» **What the exercise asks**:
Give again, exactly as written, each line of the material below starting at the line that contains "#26=CARTESIAN_POINT('',(1.375,1.88,1.1));" and ending at the line that contains "#35=DIRECTION('',(-1.,0.,0.));". Both ends count, and no other line does.

» **Provided information**:
===
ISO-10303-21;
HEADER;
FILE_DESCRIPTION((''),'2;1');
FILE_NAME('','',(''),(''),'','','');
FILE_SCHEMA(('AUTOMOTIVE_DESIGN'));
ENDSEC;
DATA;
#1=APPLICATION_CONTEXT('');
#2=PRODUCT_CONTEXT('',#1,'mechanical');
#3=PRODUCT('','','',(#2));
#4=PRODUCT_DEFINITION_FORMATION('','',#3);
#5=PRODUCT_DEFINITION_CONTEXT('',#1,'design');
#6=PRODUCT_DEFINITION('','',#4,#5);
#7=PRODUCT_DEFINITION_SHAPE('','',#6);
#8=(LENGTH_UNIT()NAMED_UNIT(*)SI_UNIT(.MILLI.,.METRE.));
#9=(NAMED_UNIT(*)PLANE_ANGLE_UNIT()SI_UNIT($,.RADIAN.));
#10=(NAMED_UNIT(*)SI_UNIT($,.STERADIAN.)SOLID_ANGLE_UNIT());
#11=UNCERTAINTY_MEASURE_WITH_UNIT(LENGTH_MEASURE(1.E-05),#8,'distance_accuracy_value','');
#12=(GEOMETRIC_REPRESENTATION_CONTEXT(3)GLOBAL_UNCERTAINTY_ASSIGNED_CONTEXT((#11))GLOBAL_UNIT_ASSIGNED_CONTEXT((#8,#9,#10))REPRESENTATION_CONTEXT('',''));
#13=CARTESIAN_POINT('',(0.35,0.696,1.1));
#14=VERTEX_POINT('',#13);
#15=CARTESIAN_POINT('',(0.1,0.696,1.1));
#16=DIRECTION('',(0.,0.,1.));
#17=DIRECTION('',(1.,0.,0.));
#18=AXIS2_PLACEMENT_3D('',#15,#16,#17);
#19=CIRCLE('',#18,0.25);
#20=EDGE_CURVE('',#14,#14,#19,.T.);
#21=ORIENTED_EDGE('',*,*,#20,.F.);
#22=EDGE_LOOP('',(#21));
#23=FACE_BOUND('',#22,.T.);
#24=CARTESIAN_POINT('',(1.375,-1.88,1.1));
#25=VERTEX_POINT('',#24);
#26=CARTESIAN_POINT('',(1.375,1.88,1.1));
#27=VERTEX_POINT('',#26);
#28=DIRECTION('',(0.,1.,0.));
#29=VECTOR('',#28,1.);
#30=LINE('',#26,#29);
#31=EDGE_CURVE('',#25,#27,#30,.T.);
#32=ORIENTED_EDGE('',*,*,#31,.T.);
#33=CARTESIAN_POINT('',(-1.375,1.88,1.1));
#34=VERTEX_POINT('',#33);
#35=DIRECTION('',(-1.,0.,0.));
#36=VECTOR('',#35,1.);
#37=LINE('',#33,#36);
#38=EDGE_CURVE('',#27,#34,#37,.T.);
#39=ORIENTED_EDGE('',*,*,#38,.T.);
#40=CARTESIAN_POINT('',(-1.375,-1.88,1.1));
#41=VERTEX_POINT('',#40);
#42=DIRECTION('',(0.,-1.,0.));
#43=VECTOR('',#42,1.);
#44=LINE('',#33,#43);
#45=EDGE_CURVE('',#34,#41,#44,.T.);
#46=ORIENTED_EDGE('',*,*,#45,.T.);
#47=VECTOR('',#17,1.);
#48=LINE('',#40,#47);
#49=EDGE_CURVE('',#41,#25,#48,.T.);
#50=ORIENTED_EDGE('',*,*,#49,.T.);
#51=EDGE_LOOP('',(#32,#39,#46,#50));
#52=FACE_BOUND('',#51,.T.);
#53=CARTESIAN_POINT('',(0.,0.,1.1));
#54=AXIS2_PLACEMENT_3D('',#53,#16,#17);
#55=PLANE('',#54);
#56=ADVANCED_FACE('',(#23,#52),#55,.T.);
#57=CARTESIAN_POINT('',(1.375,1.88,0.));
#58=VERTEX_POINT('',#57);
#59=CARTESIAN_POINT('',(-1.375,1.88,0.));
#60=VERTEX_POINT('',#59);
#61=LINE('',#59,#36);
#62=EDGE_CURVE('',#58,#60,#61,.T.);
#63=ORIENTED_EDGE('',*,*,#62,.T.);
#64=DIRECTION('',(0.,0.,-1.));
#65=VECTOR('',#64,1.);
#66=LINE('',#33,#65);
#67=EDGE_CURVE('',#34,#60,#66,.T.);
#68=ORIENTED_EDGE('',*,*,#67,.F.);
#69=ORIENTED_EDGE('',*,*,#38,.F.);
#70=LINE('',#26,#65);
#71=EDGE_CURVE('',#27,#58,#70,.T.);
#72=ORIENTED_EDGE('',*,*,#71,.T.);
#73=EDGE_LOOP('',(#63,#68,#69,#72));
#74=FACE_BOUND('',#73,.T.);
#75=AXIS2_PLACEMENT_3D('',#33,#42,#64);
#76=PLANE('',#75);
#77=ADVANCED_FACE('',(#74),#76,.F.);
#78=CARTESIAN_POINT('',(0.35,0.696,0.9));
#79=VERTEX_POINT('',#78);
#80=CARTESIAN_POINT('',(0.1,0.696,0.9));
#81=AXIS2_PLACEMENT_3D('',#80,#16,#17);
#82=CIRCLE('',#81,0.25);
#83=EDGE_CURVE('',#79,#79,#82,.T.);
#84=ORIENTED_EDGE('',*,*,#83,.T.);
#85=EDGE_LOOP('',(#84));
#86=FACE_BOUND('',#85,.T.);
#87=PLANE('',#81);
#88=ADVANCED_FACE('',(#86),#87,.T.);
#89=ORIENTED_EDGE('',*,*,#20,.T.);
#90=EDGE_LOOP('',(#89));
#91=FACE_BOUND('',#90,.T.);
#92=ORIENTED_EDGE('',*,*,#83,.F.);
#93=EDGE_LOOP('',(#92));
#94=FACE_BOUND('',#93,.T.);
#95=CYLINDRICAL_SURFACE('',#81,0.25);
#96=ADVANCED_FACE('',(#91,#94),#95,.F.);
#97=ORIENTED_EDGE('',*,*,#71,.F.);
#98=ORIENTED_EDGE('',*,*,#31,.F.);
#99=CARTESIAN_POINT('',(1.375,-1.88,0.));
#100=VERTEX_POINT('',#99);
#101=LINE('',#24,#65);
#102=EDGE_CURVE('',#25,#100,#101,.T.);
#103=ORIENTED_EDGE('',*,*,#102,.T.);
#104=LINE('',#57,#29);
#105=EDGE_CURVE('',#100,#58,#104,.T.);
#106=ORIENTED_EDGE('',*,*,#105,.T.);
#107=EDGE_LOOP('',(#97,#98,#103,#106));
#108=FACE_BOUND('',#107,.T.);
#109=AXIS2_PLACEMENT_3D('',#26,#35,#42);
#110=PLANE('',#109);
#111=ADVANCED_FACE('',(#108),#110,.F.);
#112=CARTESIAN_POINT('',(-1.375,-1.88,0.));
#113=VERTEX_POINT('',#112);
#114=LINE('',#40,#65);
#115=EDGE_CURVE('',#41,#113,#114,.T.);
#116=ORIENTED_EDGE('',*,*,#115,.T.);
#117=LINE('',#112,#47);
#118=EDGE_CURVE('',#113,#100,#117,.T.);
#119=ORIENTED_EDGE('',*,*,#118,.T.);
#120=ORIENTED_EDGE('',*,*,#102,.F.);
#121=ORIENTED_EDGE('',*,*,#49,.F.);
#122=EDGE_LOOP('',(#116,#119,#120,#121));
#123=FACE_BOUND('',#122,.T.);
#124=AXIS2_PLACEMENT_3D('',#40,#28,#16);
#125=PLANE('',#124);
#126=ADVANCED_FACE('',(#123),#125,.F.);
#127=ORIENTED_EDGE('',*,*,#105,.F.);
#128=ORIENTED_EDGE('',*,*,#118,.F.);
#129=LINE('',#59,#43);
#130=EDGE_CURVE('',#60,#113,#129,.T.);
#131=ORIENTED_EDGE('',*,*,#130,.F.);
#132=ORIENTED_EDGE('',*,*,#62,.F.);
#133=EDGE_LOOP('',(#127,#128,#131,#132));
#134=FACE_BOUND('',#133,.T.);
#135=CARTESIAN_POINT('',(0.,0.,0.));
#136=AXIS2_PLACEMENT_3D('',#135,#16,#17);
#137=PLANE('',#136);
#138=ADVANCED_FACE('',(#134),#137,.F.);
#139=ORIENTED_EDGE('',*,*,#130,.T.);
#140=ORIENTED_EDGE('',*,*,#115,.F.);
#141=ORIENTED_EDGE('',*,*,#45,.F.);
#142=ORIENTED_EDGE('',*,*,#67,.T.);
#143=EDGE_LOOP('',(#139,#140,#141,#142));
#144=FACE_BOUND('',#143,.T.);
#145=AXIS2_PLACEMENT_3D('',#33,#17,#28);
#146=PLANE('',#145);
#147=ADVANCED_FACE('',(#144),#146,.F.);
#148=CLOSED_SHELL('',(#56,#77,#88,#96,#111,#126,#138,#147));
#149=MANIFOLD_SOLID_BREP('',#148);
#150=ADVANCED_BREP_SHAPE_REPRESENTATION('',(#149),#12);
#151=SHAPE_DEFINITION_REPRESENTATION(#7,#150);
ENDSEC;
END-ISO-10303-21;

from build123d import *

# Parameters (mm, degrees)
SKETCH1_W           = 2.75
SKETCH1_H           = 3.76
BOSS_EXTRUDE1_DEPTH = 1.1
SKETCH2_R           = 0.25
CUT_EXTRUDE1_DEPTH  = 0.2


with BuildPart() as part:
    # Sketch1 → Boss-Extrude1 (new body)
    with BuildSketch(Plane.XY):
        Rectangle(SKETCH1_W, SKETCH1_H)
    extrude(amount=BOSS_EXTRUDE1_DEPTH)

    # Sketch2 → Cut-Extrude1 (cut)
    with BuildSketch(Plane.XY.offset(1.1)):
        with Locations((0.1, 0.696)):
            Circle(SKETCH2_R)
    extrude(amount=-CUT_EXTRUDE1_DEPTH, mode=Mode.SUBTRACT)


solid = part.part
===
» **Answer section**:
#26=CARTESIAN_POINT('',(1.375,1.88,1.1));
#27=VERTEX_POINT('',#26);
#28=DIRECTION('',(0.,1.,0.));
#29=VECTOR('',#28,1.);
#30=LINE('',#26,#29);
#31=EDGE_CURVE('',#25,#27,#30,.T.);
#32=ORIENTED_EDGE('',*,*,#31,.T.);
#33=CARTESIAN_POINT('',(-1.375,1.88,1.1));
#34=VERTEX_POINT('',#33);
#35=DIRECTION('',(-1.,0.,0.));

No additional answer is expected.